BC “Learning Content Strategies” meeting

http://tinyurl.com/5tqmz8 

Most of you will know one of my long term projects has been to help share online learning resources across BC and beyond. One of the main stumbling blocks to effective sharing has been the diverse (divisive?) environments in which the material are produced/housed/assembled (at last count there are at least 5 major flavours of LMS in our 26 institutions, as well as sundry other ones and non-LMS approaches as well).

I’ve always held that a top-down “standards” approach isn’t the answer; not only is my project not big enough to compell that kind of change, I am thoroughly sceptical of any of the current standards-based approaches to actually work across all of these LMS. Plus for any “solution” to be adopted, it needs to reflect local realities and priorities at institutions, and be seen to solve local problems before it (or at least, as it) solves the ones of sharing outside the institution.

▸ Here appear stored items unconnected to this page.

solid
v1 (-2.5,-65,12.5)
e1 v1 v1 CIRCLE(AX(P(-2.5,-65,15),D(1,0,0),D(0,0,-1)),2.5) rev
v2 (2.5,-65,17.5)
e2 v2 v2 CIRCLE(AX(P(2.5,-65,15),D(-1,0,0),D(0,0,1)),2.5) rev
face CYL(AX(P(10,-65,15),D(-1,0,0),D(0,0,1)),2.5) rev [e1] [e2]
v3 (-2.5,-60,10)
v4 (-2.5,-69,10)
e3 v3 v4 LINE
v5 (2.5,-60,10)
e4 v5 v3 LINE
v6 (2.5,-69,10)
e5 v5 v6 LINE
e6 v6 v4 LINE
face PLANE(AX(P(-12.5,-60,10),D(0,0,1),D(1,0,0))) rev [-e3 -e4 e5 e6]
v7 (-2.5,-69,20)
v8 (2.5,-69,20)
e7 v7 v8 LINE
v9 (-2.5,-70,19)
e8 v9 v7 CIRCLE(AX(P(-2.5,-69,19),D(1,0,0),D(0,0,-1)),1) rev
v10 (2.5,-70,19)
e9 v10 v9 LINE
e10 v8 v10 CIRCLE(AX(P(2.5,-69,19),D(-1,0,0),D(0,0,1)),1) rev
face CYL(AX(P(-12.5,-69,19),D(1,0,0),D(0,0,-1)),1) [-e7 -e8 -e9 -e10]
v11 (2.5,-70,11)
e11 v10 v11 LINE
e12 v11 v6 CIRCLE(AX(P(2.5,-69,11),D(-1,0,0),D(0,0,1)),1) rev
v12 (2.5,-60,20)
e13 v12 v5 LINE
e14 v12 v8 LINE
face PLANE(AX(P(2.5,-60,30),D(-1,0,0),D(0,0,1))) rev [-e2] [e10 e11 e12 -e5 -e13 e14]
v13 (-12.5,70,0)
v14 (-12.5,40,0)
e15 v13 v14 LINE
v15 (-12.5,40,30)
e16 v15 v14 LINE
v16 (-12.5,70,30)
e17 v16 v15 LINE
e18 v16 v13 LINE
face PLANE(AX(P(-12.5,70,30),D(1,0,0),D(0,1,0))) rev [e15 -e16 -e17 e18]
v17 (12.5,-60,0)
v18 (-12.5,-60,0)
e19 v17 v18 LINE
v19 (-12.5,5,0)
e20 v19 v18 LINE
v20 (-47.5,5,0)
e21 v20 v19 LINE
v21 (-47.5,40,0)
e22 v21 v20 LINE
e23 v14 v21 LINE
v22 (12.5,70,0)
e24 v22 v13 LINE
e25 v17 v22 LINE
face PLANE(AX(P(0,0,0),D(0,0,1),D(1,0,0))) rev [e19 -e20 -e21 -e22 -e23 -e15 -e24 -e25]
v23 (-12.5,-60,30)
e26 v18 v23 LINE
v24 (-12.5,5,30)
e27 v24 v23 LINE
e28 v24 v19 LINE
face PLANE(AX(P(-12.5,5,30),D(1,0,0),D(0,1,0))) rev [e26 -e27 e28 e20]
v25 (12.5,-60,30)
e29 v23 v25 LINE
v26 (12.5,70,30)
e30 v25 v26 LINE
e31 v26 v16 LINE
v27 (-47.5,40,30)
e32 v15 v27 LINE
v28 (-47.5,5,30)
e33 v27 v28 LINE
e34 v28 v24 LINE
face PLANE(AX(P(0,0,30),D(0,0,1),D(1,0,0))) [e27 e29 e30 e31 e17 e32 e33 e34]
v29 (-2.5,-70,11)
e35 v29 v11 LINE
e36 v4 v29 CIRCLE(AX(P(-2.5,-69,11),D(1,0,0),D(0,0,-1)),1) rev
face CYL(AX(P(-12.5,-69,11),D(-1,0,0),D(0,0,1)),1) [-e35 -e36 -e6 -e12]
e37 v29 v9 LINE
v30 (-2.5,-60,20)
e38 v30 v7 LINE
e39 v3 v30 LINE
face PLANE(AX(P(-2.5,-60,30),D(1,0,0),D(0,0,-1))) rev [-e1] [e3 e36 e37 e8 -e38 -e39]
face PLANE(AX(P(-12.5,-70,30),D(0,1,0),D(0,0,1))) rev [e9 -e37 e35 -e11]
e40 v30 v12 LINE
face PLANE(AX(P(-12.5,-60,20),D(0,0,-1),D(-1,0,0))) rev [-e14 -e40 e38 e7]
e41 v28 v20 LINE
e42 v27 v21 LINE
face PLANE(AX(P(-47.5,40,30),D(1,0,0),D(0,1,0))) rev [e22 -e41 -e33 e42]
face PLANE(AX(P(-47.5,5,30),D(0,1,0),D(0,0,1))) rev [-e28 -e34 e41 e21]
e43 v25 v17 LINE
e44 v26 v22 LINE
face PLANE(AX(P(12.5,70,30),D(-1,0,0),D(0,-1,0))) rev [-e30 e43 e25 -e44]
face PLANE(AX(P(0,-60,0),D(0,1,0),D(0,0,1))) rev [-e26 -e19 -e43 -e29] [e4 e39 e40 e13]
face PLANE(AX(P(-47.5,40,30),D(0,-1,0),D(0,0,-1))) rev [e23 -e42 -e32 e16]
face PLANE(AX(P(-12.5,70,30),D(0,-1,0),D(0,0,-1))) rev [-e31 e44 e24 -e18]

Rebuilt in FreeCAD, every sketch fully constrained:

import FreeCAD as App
import Part
import Sketcher
from FreeCAD import Vector


def edges_at(feature, points):
    """Names of the edges that pass closest to the given points."""
    edges = feature.Shape.Edges
    near = lambda p: min(range(len(edges)), key=lambda i: edges[i].distToShape(Part.Vertex(*p))[0])
    return sorted({f"Edge{near(p) + 1}" for p in points})


def add_polygon(sketch, points):
    """Adds a closed chain of lines whose ends are joined by coincident constraints."""
    first, n = sketch.GeometryCount, len(points)
    for a, b in zip(points, points[1:] + points[:1]):
        sketch.addGeometry(Part.LineSegment(App.Vector(*a, 0), App.Vector(*b, 0)), False)
    for i in range(n):
        sketch.addConstraint(Sketcher.Constraint("Coincident", first + i, 2, first + (i + 1) % n, 1))

doc = App.newDocument("Part")
params = doc.addObject("Spreadsheet::Sheet", "Params")
for row, (alias, value) in enumerate([
    ("sketch1_width", "25 mm"),
    ("sketch1_width2", "35 mm"),
    ("sketch1_height", "30 mm"),
    ("sketch1_height2", "75 mm"),
    ("pad1_length", "30 mm"),
    ("sketch2_width", "25 mm"),
    ("sketch2_width2", "5 mm"),
    ("sketch2_height", "30 mm"),
    ("sketch2_height2", "10 mm"),
    ("pocket1_length", "10 mm"),
    ("sketch3_diameter", "5 mm"),
    ("fillet_radius", "1 mm"),
], start=1):
    params.set(f"A{row}", alias)
    params.set(f"B{row}", "=" + value)
    params.setAlias(f"B{row}", alias)

body = doc.addObject("PartDesign::Body", "Body")

# Sketch on XY plane
sketch1 = body.newObject("Sketcher::SketchObject", "Sketch")
sketch1.AttachmentSupport = (doc.getObject("XY_Plane"), [""])
sketch1.MapMode = "FlatFace"
add_polygon(sketch1, [(12.5, 70), (-12.5, 70), (-12.5, 40), (-47.5, 40), (-47.5, 5), (-12.5, 5), (-12.5, -70), (12.5, -70)])  # lines 0-7
sketch1.addConstraint([
    Sketcher.Constraint("Horizontal", 0),
    Sketcher.Constraint("Vertical", 1),
    Sketcher.Constraint("Horizontal", 2),
    Sketcher.Constraint("Vertical", 3),
    Sketcher.Constraint("Horizontal", 4),
    Sketcher.Constraint("Vertical", 5),
    Sketcher.Constraint("Horizontal", 6),
    Sketcher.Constraint("Vertical", 7),
    Sketcher.Constraint("Symmetric", 0, 2, 6, 2, -1, 1),
    Sketcher.Constraint("Vertical", 1, 2, 4, 2),
    Sketcher.Constraint("Equal", 4, 3),
    Sketcher.Constraint("DistanceX", 0, 2, 0, 1, 25.0),
    Sketcher.Constraint("DistanceX", 2, 2, 2, 1, 35.0),
    Sketcher.Constraint("DistanceY", 1, 2, 1, 1, 30.0),
    Sketcher.Constraint("DistanceY", 5, 2, 5, 1, 75.0),
])
sketch1.setExpression("Constraints[19]", "Params.sketch1_width")
sketch1.setExpression("Constraints[20]", "Params.sketch1_width2")
sketch1.setExpression("Constraints[21]", "Params.sketch1_height")
sketch1.setExpression("Constraints[22]", "Params.sketch1_height2")
pad1 = body.newObject("PartDesign::Pad", "Pad")
pad1.Profile = sketch1
pad1.setExpression("Length", "Params.pad1_length")

# Sketch on XZ plane
sketch2 = body.newObject("Sketcher::SketchObject", "Sketch001")
sketch2.AttachmentSupport = (doc.getObject("XZ_Plane"), [""])
sketch2.MapMode = "FlatFace"
sketch2.AttachmentOffset = App.Placement(Vector(0, 0, 70), App.Rotation())
add_polygon(sketch2, [(-12.5, 0), (-12.5, 30), (12.5, 30), (12.5, 0)])  # lines 0-3
add_polygon(sketch2, [(2.5, 20), (-2.5, 20), (-2.5, 10), (2.5, 10)])  # lines 4-7
sketch2.addConstraint([
    Sketcher.Constraint("Vertical", 0),
    Sketcher.Constraint("Horizontal", 1),
    Sketcher.Constraint("Vertical", 2),
    Sketcher.Constraint("Horizontal", 3),
    Sketcher.Constraint("Horizontal", 4),
    Sketcher.Constraint("Vertical", 5),
    Sketcher.Constraint("Horizontal", 6),
    Sketcher.Constraint("Vertical", 7),
    Sketcher.Constraint("Symmetric", 2, 2, 3, 2, -1, 1),
    Sketcher.Constraint("DistanceX", 1, 1, 1, 2, 25.0),
    Sketcher.Constraint("DistanceX", 4, 2, 4, 1, 5.0),
    Sketcher.Constraint("DistanceY", 0, 1, 0, 2, 30.0),
    Sketcher.Constraint("DistanceY", 5, 2, 5, 1, 10.0),
    Sketcher.Constraint("DistanceY", -1, 1, 4, 2, 20.0),
    Sketcher.Constraint("DistanceX", 0, 2, 4, 2, 10.0),
])
sketch2.setExpression("Constraints[17]", "Params.sketch2_width")
sketch2.setExpression("Constraints[18]", "Params.sketch2_width2")
sketch2.setExpression("Constraints[19]", "Params.sketch2_height")
sketch2.setExpression("Constraints[20]", "Params.sketch2_height2")
pocket1 = body.newObject("PartDesign::Pocket", "Pocket")
pocket1.Profile = sketch2
pocket1.setExpression("Length", "Params.pocket1_length")

# Sketch on YZ plane
sketch3 = body.newObject("Sketcher::SketchObject", "Sketch002")
sketch3.AttachmentSupport = (doc.getObject("YZ_Plane"), [""])
sketch3.MapMode = "FlatFace"
sketch3.addGeometry(Part.Circle(Vector(-65, 15, 0), Vector(0, 0, 1), 2.5), False)
sketch3.addConstraint([
    Sketcher.Constraint("Diameter", 0, 5.0),
    Sketcher.Constraint("DistanceX", 0, 3, -1, 1, 65.0),
    Sketcher.Constraint("DistanceY", -1, 1, 0, 3, 15.0),
])
sketch3.setExpression("Constraints[0]", "Params.sketch3_diameter")
pocket2 = body.newObject("PartDesign::Pocket", "Pocket001")
pocket2.Profile = sketch3
pocket2.Type = "ThroughAll"
pocket2.Midplane = True
doc.recompute()

fillet = body.newObject("PartDesign::Fillet", "Fillet")
fillet.Base = (pocket2, edges_at(pocket2, [(0, -70, 10), (0, -70, 20)]))
fillet.setExpression("Radius", "Params.fillet_radius")

doc.recompute()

Add to this the fact that I am loathe to highlight only solutions that would simply further entrench LMS-based solutions or that don’t take into account the learning we’ve all been doing about the role of openness, or the new approaches which social software and other loosely-coupled technologies can offer, and we faced a quandry. How to frame a meeting that brought up the issues, highlighted the common pain points, and ALSO presented both LMS-oriented and other approaches to learning content/learning environments?

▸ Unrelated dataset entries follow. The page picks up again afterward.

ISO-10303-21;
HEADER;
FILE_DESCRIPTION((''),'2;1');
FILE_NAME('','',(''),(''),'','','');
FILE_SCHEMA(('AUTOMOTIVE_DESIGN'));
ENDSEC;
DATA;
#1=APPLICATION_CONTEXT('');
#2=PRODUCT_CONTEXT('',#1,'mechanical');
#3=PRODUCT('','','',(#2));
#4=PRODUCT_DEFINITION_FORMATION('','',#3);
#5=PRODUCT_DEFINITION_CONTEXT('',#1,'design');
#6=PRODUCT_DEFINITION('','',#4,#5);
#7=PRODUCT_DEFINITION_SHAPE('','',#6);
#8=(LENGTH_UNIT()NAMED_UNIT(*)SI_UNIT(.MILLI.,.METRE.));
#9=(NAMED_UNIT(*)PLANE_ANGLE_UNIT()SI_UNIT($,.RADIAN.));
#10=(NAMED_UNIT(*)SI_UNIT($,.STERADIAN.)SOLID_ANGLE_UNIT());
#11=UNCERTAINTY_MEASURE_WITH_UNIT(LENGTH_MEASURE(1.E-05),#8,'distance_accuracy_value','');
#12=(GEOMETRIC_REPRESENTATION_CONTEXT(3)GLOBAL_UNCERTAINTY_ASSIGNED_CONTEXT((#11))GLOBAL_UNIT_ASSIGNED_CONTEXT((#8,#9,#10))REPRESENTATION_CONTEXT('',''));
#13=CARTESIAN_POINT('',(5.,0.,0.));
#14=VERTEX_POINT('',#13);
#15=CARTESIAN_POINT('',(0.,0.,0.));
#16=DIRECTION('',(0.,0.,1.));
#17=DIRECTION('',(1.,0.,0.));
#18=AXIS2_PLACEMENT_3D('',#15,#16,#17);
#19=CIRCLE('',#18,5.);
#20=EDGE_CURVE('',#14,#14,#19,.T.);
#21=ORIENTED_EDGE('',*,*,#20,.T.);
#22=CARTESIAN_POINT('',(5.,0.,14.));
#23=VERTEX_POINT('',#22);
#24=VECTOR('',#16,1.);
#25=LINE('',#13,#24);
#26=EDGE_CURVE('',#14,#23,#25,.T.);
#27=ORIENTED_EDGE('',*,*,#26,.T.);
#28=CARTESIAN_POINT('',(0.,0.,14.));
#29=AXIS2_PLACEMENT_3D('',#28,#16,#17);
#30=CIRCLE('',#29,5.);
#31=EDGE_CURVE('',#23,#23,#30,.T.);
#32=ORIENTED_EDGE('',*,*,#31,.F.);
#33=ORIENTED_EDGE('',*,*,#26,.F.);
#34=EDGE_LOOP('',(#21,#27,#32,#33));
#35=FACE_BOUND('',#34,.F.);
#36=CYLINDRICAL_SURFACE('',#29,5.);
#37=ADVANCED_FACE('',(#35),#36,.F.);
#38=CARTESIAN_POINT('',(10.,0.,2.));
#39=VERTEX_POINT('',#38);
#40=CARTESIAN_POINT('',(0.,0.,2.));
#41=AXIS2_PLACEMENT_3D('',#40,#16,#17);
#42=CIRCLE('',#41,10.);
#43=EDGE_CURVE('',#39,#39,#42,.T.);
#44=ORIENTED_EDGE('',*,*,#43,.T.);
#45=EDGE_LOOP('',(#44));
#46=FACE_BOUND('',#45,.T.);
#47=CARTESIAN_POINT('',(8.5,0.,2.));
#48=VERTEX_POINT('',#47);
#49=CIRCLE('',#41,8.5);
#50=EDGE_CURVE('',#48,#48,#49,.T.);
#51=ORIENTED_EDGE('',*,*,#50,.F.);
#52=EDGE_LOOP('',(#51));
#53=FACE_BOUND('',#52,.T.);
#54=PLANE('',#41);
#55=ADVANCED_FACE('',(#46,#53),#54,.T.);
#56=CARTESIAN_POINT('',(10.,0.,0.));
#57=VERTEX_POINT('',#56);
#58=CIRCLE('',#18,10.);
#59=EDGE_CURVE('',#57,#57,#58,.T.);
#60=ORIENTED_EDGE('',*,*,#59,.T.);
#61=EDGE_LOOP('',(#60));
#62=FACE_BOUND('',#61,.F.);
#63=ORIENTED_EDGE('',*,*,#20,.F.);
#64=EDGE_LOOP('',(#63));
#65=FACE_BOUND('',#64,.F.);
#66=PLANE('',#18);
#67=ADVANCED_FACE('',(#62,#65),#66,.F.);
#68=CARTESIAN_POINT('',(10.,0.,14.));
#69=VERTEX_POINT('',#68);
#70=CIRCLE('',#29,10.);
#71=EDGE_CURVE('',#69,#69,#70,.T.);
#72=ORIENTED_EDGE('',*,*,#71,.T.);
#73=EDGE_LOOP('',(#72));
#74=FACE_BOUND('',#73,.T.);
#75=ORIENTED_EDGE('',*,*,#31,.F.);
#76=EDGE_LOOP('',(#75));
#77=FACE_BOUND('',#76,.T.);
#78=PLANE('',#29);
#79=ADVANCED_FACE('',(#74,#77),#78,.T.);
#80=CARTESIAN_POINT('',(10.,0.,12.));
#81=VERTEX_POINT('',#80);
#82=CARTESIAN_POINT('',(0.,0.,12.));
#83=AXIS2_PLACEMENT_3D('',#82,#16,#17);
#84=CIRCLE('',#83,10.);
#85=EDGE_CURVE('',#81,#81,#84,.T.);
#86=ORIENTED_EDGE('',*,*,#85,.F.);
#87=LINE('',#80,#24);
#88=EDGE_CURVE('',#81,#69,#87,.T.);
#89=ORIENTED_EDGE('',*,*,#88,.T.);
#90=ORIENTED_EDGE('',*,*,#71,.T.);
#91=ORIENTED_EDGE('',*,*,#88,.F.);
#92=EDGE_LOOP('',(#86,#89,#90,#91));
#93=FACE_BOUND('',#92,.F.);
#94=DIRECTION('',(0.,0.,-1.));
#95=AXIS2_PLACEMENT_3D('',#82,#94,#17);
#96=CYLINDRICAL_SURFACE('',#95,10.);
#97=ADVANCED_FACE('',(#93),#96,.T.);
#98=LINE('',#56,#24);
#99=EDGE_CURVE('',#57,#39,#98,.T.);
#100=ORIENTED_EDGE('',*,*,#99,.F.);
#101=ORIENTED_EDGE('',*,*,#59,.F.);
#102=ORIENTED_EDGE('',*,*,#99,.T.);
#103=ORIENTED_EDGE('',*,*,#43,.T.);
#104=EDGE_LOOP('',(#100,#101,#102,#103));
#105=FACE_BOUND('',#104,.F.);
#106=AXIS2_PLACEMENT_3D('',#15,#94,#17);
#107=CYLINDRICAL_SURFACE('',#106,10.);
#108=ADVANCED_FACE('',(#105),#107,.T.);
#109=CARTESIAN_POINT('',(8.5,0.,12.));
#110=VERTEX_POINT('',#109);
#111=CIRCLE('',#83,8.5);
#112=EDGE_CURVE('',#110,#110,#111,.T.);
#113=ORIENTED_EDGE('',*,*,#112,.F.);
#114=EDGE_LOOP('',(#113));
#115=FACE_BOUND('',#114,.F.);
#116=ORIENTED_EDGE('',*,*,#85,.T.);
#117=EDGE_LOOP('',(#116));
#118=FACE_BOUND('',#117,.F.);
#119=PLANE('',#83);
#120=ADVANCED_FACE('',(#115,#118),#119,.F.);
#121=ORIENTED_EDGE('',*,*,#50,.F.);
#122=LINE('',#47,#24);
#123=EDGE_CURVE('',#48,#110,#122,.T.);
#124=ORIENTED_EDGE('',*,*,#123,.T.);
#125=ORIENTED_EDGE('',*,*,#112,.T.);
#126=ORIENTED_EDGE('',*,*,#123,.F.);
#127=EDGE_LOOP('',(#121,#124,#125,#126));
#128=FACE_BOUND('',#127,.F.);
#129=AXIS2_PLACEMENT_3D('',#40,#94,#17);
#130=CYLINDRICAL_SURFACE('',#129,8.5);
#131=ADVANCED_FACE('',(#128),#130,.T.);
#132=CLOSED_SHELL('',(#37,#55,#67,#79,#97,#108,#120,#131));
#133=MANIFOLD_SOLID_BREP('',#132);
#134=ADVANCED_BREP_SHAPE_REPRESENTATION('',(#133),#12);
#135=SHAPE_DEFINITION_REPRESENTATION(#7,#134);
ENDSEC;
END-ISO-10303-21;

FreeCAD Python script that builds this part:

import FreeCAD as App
import Part
import Sketcher

doc = App.newDocument("Part")
body = doc.addObject("PartDesign::Body", "Body")

sketch1 = doc.addObject("Sketcher::SketchObject", "Sketch")
body.addObject(sketch1)
sketch1.AttachmentSupport = (doc.XY_Plane, [""])
sketch1.MapMode = "FlatFace"
sketch1.addGeometry(Part.Circle(App.Vector(0, 0, 0), App.Vector(0, 0, 1), 10), False)
sketch1.addConstraint([
    Sketcher.Constraint("Coincident", 0, 3, -1, 1),
    Sketcher.Constraint("Diameter", 0, 20.0),
])
pad1 = doc.addObject("PartDesign::Pad", "Pad")
body.addObject(pad1)
pad1.Profile = sketch1
pad1.Length = 2

sketch2 = doc.addObject("Sketcher::SketchObject", "Sketch001")
body.addObject(sketch2)
sketch2.AttachmentSupport = (doc.XY_Plane, [""])
sketch2.MapMode = "FlatFace"
sketch2.AttachmentOffset = App.Placement(App.Vector(0, 0, 2), App.Rotation())
sketch2.addGeometry(Part.Circle(App.Vector(0, 0, 0), App.Vector(0, 0, 1), 8), False)
sketch2.addConstraint([
    Sketcher.Constraint("Coincident", 0, 3, -1, 1),
    Sketcher.Constraint("Diameter", 0, 17.0),
])
pad2 = doc.addObject("PartDesign::Pad", "Pad001")
body.addObject(pad2)
pad2.Profile = sketch2
pad2.Length = 10

sketch3 = doc.addObject("Sketcher::SketchObject", "Sketch002")
body.addObject(sketch3)
sketch3.AttachmentSupport = (doc.XY_Plane, [""])
sketch3.MapMode = "FlatFace"
sketch3.AttachmentOffset = App.Placement(App.Vector(0, 0, 12), App.Rotation())
sketch3.addGeometry(Part.Circle(App.Vector(0, 0, 0), App.Vector(0, 0, 1), 10), False)
sketch3.addConstraint([
    Sketcher.Constraint("Coincident", 0, 3, -1, 1),
    Sketcher.Constraint("Diameter", 0, 20.0),
])
pad3 = doc.addObject("PartDesign::Pad", "Pad002")
body.addObject(pad3)
pad3.Profile = sketch3
pad3.Length = 2

sketch4 = doc.addObject("Sketcher::SketchObject", "Sketch003")
body.addObject(sketch4)
sketch4.AttachmentSupport = (doc.XY_Plane, [""])
sketch4.MapMode = "FlatFace"
sketch4.AttachmentOffset = App.Placement(App.Vector(0, 0, 14), App.Rotation())
sketch4.addGeometry(Part.Circle(App.Vector(0, 0, 0), App.Vector(0, 0, 1), 5), False)
sketch4.addConstraint([
    Sketcher.Constraint("Coincident", 0, 3, -1, 1),
    Sketcher.Constraint("Diameter", 0, 10.0),
])
pocket1 = doc.addObject("PartDesign::Pocket", "Pocket")
body.addObject(pocket1)
pocket1.Profile = sketch4
pocket1.Length = 20
pocket2 = doc.addObject("PartDesign::Pocket", "Pocket001")
body.addObject(pocket2)
pocket2.Profile = sketch4
pocket2.Length = 6

doc.recompute()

Thanks to a suggestion from Michelle Lamberson, we decided that framing the day around the conceit of “Learning Content Strategies” was the perfect way to bring all of this together (seems obvious now, but we struggled for a while for the right frame.)

After a very brief intro from me, we kicked off the day with an hour long discussion of common problems and challenges around learning content. I facilitated this, getting the discussion going with a set of questions that people answered using iClickers. (As an aside, while I recognize lots of potential problems with clickers, I was frankly blown away by how well the iClicker technology itself worked. Truly simple to use and functioned flawlessly.) It felt to me like a good start to highlighting some of the common problems people are facing and laid the groundwork for the rest of the day.
The next step was to showcase work of a few institutions around the province who, in my experience, have developed different approaches to developing content indepedant of their LMS environments. Katy Chan from UVic, Enid McCauley from Thompson Rivers and Rob Peregoodoff from Vancouver Island University all graciously shared with us some insight into their content development processes and the factors that shaped their choices. The important thing that came out of this for me is that none of these approaches is the “right” one, just the “right” one for their context – they ranged from standalone HTML development, to industrial XML production, to Macromedia Contribute, and each had its strengths but also possibly its complications. It’s a tradeoff, you see, like any choice. But they certainly gave their peers in the audience lots to think about.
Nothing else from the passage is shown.